- DIRECTIONS FOR THIS TASK -
Start at the line in the entries below that contains "f 76 75 129", stop at the line that contains "f 145 166 126", and output exactly the lines in that span, both ends included.

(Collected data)
------------
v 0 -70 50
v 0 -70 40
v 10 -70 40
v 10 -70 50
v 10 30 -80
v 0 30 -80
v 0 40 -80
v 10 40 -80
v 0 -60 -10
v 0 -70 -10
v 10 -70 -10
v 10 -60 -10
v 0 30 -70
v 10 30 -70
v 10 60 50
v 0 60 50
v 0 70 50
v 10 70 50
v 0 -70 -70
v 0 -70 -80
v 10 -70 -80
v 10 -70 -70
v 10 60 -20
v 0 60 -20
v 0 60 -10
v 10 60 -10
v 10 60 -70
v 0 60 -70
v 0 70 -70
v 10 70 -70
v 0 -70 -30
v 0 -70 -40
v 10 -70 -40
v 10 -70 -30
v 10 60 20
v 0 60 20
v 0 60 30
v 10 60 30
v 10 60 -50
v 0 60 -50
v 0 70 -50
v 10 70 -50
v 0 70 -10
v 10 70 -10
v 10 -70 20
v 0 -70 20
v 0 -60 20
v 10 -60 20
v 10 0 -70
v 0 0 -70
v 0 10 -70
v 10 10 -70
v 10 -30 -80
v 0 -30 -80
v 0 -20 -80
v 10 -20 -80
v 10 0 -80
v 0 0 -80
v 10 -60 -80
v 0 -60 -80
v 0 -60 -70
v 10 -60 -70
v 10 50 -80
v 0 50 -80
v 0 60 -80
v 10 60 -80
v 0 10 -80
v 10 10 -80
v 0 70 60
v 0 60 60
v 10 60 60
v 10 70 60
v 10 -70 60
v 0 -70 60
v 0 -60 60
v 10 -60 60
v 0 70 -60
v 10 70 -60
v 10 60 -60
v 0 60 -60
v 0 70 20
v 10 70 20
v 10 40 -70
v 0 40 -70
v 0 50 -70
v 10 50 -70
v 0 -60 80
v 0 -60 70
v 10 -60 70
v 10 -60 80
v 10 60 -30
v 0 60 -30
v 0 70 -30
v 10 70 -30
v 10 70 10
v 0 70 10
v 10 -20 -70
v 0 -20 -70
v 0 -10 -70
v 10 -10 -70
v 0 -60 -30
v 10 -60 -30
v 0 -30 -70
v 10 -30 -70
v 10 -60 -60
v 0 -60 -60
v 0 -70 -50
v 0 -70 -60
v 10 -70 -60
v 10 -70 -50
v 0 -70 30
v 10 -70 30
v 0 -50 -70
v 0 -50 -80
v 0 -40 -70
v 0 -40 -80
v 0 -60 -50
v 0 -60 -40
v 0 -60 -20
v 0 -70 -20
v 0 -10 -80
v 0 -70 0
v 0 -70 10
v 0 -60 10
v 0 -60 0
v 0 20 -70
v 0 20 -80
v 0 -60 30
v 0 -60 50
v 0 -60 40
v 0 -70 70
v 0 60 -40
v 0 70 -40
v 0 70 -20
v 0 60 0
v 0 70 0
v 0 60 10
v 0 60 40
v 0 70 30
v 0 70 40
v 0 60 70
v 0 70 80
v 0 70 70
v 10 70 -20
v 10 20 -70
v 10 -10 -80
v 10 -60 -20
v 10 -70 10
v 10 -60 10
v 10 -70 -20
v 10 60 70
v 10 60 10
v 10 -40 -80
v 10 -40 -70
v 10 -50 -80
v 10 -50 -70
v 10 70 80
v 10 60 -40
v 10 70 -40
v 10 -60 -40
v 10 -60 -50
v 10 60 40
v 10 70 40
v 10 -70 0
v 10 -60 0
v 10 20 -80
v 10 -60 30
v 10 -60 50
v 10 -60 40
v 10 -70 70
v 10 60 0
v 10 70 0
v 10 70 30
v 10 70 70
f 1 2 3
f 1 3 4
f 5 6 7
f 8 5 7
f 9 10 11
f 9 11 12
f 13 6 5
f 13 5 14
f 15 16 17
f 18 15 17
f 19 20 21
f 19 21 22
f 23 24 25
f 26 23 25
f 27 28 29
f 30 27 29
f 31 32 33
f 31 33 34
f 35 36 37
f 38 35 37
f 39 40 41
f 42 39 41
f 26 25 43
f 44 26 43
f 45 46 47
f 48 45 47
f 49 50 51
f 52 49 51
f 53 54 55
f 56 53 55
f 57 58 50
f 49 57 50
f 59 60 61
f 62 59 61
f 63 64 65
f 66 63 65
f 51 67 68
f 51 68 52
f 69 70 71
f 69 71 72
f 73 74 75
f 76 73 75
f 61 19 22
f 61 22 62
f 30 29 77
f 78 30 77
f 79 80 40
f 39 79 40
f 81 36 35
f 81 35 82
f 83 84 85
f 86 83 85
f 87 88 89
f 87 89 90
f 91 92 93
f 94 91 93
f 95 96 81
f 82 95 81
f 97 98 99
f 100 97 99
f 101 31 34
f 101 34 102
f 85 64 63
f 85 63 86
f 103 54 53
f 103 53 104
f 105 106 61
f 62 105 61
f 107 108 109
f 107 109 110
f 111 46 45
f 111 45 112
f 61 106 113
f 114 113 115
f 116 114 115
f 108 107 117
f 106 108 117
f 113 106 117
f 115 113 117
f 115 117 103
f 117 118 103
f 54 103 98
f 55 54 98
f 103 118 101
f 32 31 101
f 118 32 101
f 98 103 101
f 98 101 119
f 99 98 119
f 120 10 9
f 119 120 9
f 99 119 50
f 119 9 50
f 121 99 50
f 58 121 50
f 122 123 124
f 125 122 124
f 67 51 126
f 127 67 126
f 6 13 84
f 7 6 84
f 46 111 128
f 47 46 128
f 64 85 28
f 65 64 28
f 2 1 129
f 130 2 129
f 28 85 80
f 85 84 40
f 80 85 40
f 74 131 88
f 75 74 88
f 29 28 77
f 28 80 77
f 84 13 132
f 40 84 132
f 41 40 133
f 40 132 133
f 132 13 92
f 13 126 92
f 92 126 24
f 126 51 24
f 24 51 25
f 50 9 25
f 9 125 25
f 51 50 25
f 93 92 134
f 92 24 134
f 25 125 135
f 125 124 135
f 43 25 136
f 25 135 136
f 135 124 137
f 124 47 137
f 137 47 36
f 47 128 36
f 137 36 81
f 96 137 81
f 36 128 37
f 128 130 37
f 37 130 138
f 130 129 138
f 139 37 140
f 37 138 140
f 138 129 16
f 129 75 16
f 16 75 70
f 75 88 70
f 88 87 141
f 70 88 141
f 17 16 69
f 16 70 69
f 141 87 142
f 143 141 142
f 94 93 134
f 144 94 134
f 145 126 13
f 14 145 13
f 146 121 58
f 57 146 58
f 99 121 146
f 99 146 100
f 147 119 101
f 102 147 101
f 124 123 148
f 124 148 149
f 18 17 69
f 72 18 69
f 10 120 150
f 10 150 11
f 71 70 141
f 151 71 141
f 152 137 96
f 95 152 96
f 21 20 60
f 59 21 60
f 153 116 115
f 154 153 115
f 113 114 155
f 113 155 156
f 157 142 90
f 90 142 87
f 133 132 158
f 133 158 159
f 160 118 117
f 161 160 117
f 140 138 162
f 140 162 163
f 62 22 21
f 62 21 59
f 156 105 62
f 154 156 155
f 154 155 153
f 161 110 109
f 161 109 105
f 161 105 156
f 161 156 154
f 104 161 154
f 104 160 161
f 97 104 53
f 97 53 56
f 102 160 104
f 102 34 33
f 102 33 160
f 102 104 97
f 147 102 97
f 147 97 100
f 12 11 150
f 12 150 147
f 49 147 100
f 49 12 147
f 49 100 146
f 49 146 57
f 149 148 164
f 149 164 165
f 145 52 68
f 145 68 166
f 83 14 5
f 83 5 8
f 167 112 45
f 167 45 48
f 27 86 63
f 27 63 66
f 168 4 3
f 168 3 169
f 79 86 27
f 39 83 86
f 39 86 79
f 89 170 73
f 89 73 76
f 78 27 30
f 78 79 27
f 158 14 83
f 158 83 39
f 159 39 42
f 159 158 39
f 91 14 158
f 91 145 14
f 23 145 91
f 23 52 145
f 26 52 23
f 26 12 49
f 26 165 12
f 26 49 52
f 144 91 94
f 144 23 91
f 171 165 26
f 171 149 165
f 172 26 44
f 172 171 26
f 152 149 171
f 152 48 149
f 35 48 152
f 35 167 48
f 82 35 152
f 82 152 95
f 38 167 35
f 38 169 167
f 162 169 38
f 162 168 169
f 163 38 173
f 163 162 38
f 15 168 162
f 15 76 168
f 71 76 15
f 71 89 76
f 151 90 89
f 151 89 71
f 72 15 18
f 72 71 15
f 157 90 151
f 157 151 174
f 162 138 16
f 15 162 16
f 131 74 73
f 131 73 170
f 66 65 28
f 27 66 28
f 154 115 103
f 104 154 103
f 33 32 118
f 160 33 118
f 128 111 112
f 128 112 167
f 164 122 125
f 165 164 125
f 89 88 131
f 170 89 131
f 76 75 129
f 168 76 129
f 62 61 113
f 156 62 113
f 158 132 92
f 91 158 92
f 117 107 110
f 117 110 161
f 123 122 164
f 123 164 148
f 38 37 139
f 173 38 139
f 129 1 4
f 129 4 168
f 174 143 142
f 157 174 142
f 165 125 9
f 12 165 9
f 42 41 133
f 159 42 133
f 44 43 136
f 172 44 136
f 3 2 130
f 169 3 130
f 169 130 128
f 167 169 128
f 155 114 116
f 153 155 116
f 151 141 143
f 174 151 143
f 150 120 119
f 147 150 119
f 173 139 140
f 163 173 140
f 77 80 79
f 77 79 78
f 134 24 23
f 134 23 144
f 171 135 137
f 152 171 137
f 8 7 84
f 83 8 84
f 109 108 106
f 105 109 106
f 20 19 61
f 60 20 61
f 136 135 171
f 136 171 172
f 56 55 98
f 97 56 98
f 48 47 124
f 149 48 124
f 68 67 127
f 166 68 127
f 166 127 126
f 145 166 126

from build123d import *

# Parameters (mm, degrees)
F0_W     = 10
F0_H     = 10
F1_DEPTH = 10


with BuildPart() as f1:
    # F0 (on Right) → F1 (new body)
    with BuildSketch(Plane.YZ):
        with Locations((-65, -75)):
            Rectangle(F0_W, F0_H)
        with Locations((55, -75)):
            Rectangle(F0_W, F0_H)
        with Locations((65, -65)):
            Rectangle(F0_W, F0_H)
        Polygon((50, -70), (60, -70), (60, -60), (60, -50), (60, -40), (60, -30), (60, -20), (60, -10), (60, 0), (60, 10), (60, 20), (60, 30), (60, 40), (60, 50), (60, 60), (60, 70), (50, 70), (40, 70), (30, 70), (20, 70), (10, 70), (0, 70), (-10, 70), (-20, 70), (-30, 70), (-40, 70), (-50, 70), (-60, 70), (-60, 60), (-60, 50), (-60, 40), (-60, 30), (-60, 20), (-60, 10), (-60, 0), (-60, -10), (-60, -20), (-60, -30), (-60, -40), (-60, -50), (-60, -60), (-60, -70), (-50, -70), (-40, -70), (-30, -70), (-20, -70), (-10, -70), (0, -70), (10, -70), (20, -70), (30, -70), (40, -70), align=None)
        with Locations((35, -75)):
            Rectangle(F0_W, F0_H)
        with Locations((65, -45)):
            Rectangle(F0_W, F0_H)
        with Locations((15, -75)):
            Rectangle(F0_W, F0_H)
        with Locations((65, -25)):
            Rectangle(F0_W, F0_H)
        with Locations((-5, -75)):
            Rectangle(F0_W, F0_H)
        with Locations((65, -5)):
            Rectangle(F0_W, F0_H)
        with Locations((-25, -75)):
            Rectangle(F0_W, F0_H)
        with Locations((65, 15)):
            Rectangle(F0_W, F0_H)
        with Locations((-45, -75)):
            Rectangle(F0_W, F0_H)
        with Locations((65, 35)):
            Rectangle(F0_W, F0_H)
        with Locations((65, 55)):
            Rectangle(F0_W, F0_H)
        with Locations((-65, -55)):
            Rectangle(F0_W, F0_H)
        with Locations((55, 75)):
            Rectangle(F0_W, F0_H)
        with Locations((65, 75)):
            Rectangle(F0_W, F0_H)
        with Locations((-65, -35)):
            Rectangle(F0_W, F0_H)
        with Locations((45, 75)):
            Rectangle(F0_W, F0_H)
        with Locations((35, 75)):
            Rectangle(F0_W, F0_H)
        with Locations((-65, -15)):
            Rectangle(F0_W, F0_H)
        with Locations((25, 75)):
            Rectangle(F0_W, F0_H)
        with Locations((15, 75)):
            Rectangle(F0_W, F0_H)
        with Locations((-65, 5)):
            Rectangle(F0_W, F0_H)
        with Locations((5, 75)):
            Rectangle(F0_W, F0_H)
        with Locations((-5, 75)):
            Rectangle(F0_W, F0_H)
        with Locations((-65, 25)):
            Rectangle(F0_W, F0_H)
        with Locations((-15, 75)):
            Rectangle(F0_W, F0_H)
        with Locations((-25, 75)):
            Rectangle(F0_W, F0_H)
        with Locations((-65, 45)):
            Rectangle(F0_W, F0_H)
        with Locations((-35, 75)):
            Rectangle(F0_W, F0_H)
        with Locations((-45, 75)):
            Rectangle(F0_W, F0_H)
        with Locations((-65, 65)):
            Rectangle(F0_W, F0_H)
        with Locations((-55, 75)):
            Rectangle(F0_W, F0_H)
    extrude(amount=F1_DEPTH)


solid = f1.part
------------
- EXERCISE RESPONSE -
f 76 75 129
f 168 76 129
f 62 61 113
f 156 62 113
f 158 132 92
f 91 158 92
f 117 107 110
f 117 110 161
f 123 122 164
f 123 164 148
f 38 37 139
f 173 38 139
f 129 1 4
f 129 4 168
f 174 143 142
f 157 174 142
f 165 125 9
f 12 165 9
f 42 41 133
f 159 42 133
f 44 43 136
f 172 44 136
f 3 2 130
f 169 3 130
f 169 130 128
f 167 169 128
f 155 114 116
f 153 155 116
f 151 141 143
f 174 151 143
f 150 120 119
f 147 150 119
f 173 139 140
f 163 173 140
f 77 80 79
f 77 79 78
f 134 24 23
f 134 23 144
f 171 135 137
f 152 171 137
f 8 7 84
f 83 8 84
f 109 108 106
f 105 109 106
f 20 19 61
f 60 20 61
f 136 135 171
f 136 171 172
f 56 55 98
f 97 56 98
f 48 47 124
f 149 48 124
f 68 67 127
f 166 68 127
f 166 127 126
f 145 166 126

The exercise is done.